A new study finds that up to 23% of math problems marked unsolvable by standard AI benchmarks are solved when researchers tweak how the model thinks internally.

Standard AI math benchmarks may be mislabeling problems as too hard when the real issue is how researchers sample model outputs.

A paper published on arXiv tested eight math benchmark configurations — GSM8K and MATH datasets across four open-weight models — and found that 10.3 to 22.9 percent of problems no model solved in six standard attempts were actually solvable at the same compute budget. The trick: instead of resampling randomly, the researchers applied a technique called activation grafting, which makes small, targeted edits to a model's internal representations. Greedy decoding alone solved at most 6 percent of those supposedly impossible problems; adding five perturbations via activation grafting recovered the rest. The effect grew with additional compute budget.
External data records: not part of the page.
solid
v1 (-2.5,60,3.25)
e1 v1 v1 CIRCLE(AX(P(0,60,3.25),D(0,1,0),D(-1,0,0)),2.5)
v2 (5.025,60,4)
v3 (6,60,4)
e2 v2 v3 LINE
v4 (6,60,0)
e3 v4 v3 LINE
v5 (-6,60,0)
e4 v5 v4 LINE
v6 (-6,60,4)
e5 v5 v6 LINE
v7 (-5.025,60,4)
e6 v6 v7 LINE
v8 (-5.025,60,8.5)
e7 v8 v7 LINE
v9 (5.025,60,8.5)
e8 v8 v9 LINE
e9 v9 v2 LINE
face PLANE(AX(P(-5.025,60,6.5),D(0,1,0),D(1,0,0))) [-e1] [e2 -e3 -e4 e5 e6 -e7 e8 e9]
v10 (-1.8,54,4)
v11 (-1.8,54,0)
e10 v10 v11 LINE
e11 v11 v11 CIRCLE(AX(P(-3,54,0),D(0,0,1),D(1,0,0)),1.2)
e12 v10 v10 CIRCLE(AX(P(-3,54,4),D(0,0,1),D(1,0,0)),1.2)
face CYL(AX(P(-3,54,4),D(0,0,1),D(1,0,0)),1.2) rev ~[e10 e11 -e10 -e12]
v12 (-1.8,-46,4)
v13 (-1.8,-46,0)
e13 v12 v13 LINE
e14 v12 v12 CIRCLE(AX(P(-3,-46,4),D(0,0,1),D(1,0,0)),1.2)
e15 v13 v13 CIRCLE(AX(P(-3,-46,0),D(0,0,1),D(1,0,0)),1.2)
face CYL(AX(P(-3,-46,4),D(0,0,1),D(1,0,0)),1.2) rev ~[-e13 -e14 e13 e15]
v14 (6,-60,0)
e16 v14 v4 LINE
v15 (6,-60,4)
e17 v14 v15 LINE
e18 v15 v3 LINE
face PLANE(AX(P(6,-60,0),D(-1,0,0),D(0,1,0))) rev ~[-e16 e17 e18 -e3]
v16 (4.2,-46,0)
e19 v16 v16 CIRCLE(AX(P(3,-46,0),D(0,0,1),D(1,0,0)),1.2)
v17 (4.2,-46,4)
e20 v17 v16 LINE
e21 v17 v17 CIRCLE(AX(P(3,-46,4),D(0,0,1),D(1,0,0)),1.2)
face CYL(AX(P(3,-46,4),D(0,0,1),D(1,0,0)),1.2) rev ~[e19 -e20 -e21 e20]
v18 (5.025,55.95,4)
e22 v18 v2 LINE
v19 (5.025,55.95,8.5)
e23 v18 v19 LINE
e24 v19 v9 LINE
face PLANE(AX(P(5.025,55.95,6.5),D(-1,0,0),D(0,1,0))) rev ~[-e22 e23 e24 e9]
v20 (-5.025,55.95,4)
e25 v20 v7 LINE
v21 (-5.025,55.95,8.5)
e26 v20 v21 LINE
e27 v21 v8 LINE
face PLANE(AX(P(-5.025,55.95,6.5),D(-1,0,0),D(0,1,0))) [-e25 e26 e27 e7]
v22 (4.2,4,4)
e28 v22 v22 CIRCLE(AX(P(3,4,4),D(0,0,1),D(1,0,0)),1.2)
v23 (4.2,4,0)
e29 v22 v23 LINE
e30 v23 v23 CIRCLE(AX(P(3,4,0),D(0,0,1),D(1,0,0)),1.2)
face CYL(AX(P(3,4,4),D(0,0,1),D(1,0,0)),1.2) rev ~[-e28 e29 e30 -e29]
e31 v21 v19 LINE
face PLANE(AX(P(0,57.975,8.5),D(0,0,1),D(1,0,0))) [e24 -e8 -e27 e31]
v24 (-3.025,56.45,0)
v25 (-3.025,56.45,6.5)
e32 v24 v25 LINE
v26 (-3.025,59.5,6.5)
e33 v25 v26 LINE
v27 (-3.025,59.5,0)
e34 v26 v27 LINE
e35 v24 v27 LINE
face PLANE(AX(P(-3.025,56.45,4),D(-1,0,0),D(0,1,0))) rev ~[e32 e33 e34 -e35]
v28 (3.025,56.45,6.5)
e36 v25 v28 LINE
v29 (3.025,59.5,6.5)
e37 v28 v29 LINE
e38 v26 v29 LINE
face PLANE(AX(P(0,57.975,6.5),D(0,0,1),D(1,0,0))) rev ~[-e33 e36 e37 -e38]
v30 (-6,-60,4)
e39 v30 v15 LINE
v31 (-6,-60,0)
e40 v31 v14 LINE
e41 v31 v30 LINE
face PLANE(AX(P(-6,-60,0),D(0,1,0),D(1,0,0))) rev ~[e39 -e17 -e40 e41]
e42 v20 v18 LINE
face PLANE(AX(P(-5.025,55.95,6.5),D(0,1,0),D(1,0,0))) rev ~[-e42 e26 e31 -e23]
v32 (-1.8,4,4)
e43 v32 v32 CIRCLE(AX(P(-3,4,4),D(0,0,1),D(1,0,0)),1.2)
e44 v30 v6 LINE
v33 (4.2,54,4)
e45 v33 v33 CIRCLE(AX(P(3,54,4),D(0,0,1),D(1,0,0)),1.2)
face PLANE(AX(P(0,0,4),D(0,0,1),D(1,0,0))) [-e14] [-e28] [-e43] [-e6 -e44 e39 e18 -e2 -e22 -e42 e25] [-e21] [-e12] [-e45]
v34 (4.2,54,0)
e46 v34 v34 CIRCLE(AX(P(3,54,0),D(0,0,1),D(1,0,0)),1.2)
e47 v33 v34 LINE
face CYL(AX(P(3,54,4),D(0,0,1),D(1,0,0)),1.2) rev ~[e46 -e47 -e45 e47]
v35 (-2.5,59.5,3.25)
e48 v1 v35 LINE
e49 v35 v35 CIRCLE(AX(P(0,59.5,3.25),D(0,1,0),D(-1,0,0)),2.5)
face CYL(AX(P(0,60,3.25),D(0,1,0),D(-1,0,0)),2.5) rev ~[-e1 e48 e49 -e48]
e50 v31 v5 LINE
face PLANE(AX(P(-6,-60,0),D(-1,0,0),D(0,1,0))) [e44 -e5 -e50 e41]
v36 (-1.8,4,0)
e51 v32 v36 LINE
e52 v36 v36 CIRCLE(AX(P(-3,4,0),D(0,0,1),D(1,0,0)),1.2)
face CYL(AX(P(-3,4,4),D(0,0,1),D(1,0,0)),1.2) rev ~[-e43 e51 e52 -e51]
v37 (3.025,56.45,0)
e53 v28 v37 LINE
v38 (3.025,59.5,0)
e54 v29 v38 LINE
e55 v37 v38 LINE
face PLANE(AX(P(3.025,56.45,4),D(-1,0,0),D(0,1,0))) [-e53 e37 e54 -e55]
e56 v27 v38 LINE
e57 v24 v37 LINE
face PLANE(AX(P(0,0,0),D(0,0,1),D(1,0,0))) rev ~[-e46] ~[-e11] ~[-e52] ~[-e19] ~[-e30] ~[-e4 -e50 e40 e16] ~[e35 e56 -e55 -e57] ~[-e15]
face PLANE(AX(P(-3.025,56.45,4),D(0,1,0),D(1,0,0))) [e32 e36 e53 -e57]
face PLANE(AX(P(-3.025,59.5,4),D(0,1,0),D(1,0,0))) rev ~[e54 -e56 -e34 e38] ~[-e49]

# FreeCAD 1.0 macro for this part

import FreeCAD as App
import Part
import Sketcher
Q = App.Units.Quantity


def add_polygon(sketch, points):
    """Adds a closed chain of lines whose ends are joined by coincident constraints."""
    first, n = sketch.GeometryCount, len(points)
    for a, b in zip(points, points[1:] + points[:1]):
        sketch.addGeometry(Part.LineSegment(App.Vector(*a, 0), App.Vector(*b, 0)), False)
    for i in range(n):
        sketch.addConstraint(Sketcher.Constraint("Coincident", first + i, 2, first + (i + 1) % n, 1))

doc = App.newDocument("Part")
body = doc.addObject("PartDesign::Body", "Body")

# Sketch on XY plane
sketch1 = doc.addObject("Sketcher::SketchObject", "Sketch")
body.addObject(sketch1)
sketch1.AttachmentSupport = (doc.XY_Plane, [""])
sketch1.MapMode = "FlatFace"
add_polygon(sketch1, [(-6, 60), (-6, -60), (6, -60), (6, 60)])  # lines 0-3
add_polygon(sketch1, [(3, 56.5), (-3, 56.5), (-3, 59.5), (3, 59.5)])  # lines 4-7
sketch1.addConstraint([
    Sketcher.Constraint("Vertical", 0),
    Sketcher.Constraint("Horizontal", 1),
    Sketcher.Constraint("Vertical", 2),
    Sketcher.Constraint("Horizontal", 3),
    Sketcher.Constraint("Horizontal", 4),
    Sketcher.Constraint("Vertical", 5),
    Sketcher.Constraint("Horizontal", 6),
    Sketcher.Constraint("Vertical", 7),
    Sketcher.Constraint("Symmetric", 0, 2, 2, 2, -1, 1),
    Sketcher.Constraint("DistanceX", 1, 1, 1, 2, Q("12 mm")),
    Sketcher.Constraint("DistanceY", 0, 2, 0, 1, Q("120 mm")),
    Sketcher.Constraint("DistanceX", 4, 2, 4, 1, Q("6.05 mm")),
    Sketcher.Constraint("DistanceY", 5, 1, 5, 2, Q("3.05 mm")),
    Sketcher.Constraint("DistanceY", -1, 1, 5, 2, Q("59.5 mm")),
    Sketcher.Constraint("DistanceX", 4, 2, -1, 1, Q("3.025 mm")),
])
pad1 = doc.addObject("PartDesign::Pad", "Pad")
body.addObject(pad1)
pad1.Profile = sketch1
pad1.Length = 4

# Sketch on XY plane
sketch2 = doc.addObject("Sketcher::SketchObject", "Sketch001")
body.addObject(sketch2)
sketch2.AttachmentSupport = (doc.XY_Plane, [""])
sketch2.MapMode = "FlatFace"
sketch2.AttachmentOffset = App.Placement(App.Vector(0, 0, 4), App.Rotation())
sketch2.addGeometry([
    Part.Circle(App.Vector(3, 54, 0), App.Vector(0, 0, 1), 1.2),  # 0
    Part.Circle(App.Vector(3, 4, 0), App.Vector(0, 0, 1), 1.2),  # 1
    Part.Circle(App.Vector(3, -46, 0), App.Vector(0, 0, 1), 1.2),  # 2
    Part.Circle(App.Vector(-3, 54, 0), App.Vector(0, 0, 1), 1.2),  # 3
    Part.Circle(App.Vector(-3, 4, 0), App.Vector(0, 0, 1), 1.2),  # 4
    Part.Circle(App.Vector(-3, -46, 0), App.Vector(0, 0, 1), 1.2),  # 5
], False)
sketch2.addConstraint([
    Sketcher.Constraint("Equal", 0, 1),
    Sketcher.Constraint("Equal", 1, 2),
    Sketcher.Constraint("Equal", 2, 3),
    Sketcher.Constraint("Equal", 3, 4),
    Sketcher.Constraint("Equal", 4, 5),
    Sketcher.Constraint("Symmetric", 0, 3, 3, 3, -2),
    Sketcher.Constraint("Symmetric", 1, 3, 4, 3, -2),
    Sketcher.Constraint("Symmetric", 2, 3, 5, 3, -2),
    Sketcher.Constraint("Vertical", 0, 3, 1, 3),
    Sketcher.Constraint("Vertical", 1, 3, 2, 3),
    Sketcher.Constraint("Diameter", 0, Q("2.4 mm")),
    Sketcher.Constraint("DistanceX", -1, 1, 0, 3, Q("3 mm")),
    Sketcher.Constraint("DistanceY", -1, 1, 0, 3, Q("54 mm")),
    Sketcher.Constraint("DistanceY", -1, 1, 1, 3, Q("4 mm")),
    Sketcher.Constraint("DistanceY", 2, 3, -1, 1, Q("46 mm")),
])
pocket1 = doc.addObject("PartDesign::Pocket", "Pocket")
body.addObject(pocket1)
pocket1.Profile = sketch2
pocket1.Length = 25

# Sketch on XY plane
sketch3 = doc.addObject("Sketcher::SketchObject", "Sketch002")
body.addObject(sketch3)
sketch3.AttachmentSupport = (doc.XY_Plane, [""])
sketch3.MapMode = "FlatFace"
sketch3.AttachmentOffset = App.Placement(App.Vector(0, 0, 4), App.Rotation())
add_polygon(sketch3, [(-5, 60), (-5, 56), (5, 56), (5, 60)])  # lines 0-3
add_polygon(sketch3, [(3, 56.5), (-3, 56.5), (-3, 59.5), (3, 59.5)])  # lines 4-7
sketch3.addConstraint([
    Sketcher.Constraint("Vertical", 0),
    Sketcher.Constraint("Horizontal", 1),
    Sketcher.Constraint("Vertical", 2),
    Sketcher.Constraint("Horizontal", 3),
    Sketcher.Constraint("Horizontal", 4),
    Sketcher.Constraint("Vertical", 5),
    Sketcher.Constraint("Horizontal", 6),
    Sketcher.Constraint("Vertical", 7),
    Sketcher.Constraint("DistanceY", -1, 1, 2, 2, Q("60 mm")),
    Sketcher.Constraint("DistanceX", 0, 2, 4, 2, Q("2 mm")),
    Sketcher.Constraint("DistanceX", 6, 2, 2, 2, Q("2 mm")),
    Sketcher.Constraint("DistanceX", 1, 1, 1, 2, Q("10.05 mm")),
    Sketcher.Constraint("DistanceY", 0, 2, 0, 1, Q("4.05 mm")),
    Sketcher.Constraint("DistanceY", 5, 1, 5, 2, Q("3.05 mm")),
    Sketcher.Constraint("DistanceY", -1, 1, 5, 2, Q("59.5 mm")),
    Sketcher.Constraint("DistanceX", 0, 2, -1, 1, Q("5.025 mm")),
])
pad2 = doc.addObject("PartDesign::Pad", "Pad001")
body.addObject(pad2)
pad2.Profile = sketch3
pad2.Length = 2.5

# Sketch on XY plane
sketch4 = doc.addObject("Sketcher::SketchObject", "Sketch003")
body.addObject(sketch4)
sketch4.AttachmentSupport = (doc.XY_Plane, [""])
sketch4.MapMode = "FlatFace"
sketch4.AttachmentOffset = App.Placement(App.Vector(0, 0, 6.5), App.Rotation())
add_polygon(sketch4, [(-5, 60), (-5, 56), (5, 56), (5, 60)])  # lines 0-3
sketch4.addConstraint([
    Sketcher.Constraint("Vertical", 0),
    Sketcher.Constraint("Horizontal", 1),
    Sketcher.Constraint("Vertical", 2),
    Sketcher.Constraint("Horizontal", 3),
    Sketcher.Constraint("DistanceY", -1, 1, 2, 2, Q("60 mm")),
    Sketcher.Constraint("DistanceX", 1, 1, 1, 2, Q("10.05 mm")),
    Sketcher.Constraint("DistanceY", 0, 2, 0, 1, Q("4.05 mm")),
    Sketcher.Constraint("DistanceX", 0, 2, -1, 1, Q("5.025 mm")),
])
pad3 = doc.addObject("PartDesign::Pad", "Pad002")
body.addObject(pad3)
pad3.Profile = sketch4
pad3.Length = 2

# Sketch on XZ plane
sketch5 = doc.addObject("Sketcher::SketchObject", "Sketch004")
body.addObject(sketch5)
sketch5.AttachmentSupport = (doc.XZ_Plane, [""])
sketch5.MapMode = "FlatFace"
sketch5.AttachmentOffset = App.Placement(App.Vector(0, 0, -60), App.Rotation())
sketch5.addGeometry(Part.Circle(App.Vector(0, 3.2, 0), App.Vector(0, 0, 1), 2.5), False)
sketch5.addConstraint([
    Sketcher.Constraint("PointOnObject", 0, 3, -2),
    Sketcher.Constraint("Diameter", 0, Q("5 mm")),
    Sketcher.Constraint("DistanceY", -1, 1, 0, 3, Q("3.25 mm")),
])
pocket2 = doc.addObject("PartDesign::Pocket", "Pocket001")
body.addObject(pocket2)
pocket2.Profile = sketch5
pocket2.Length = 0.5
pocket2.Reversed = True

doc.recompute()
This matters because the benchmark metric at the center of this — pass@k, the share of sampled solution chains that reach the correct answer — is not just a scoreboard number. It drives how labs curate training data, design reinforcement learning curricula, and train the verifiers used to judge model outputs. If that signal systematically mislabels a chunk of hard problems as unreachable, every downstream system trained on those labels inherits the error.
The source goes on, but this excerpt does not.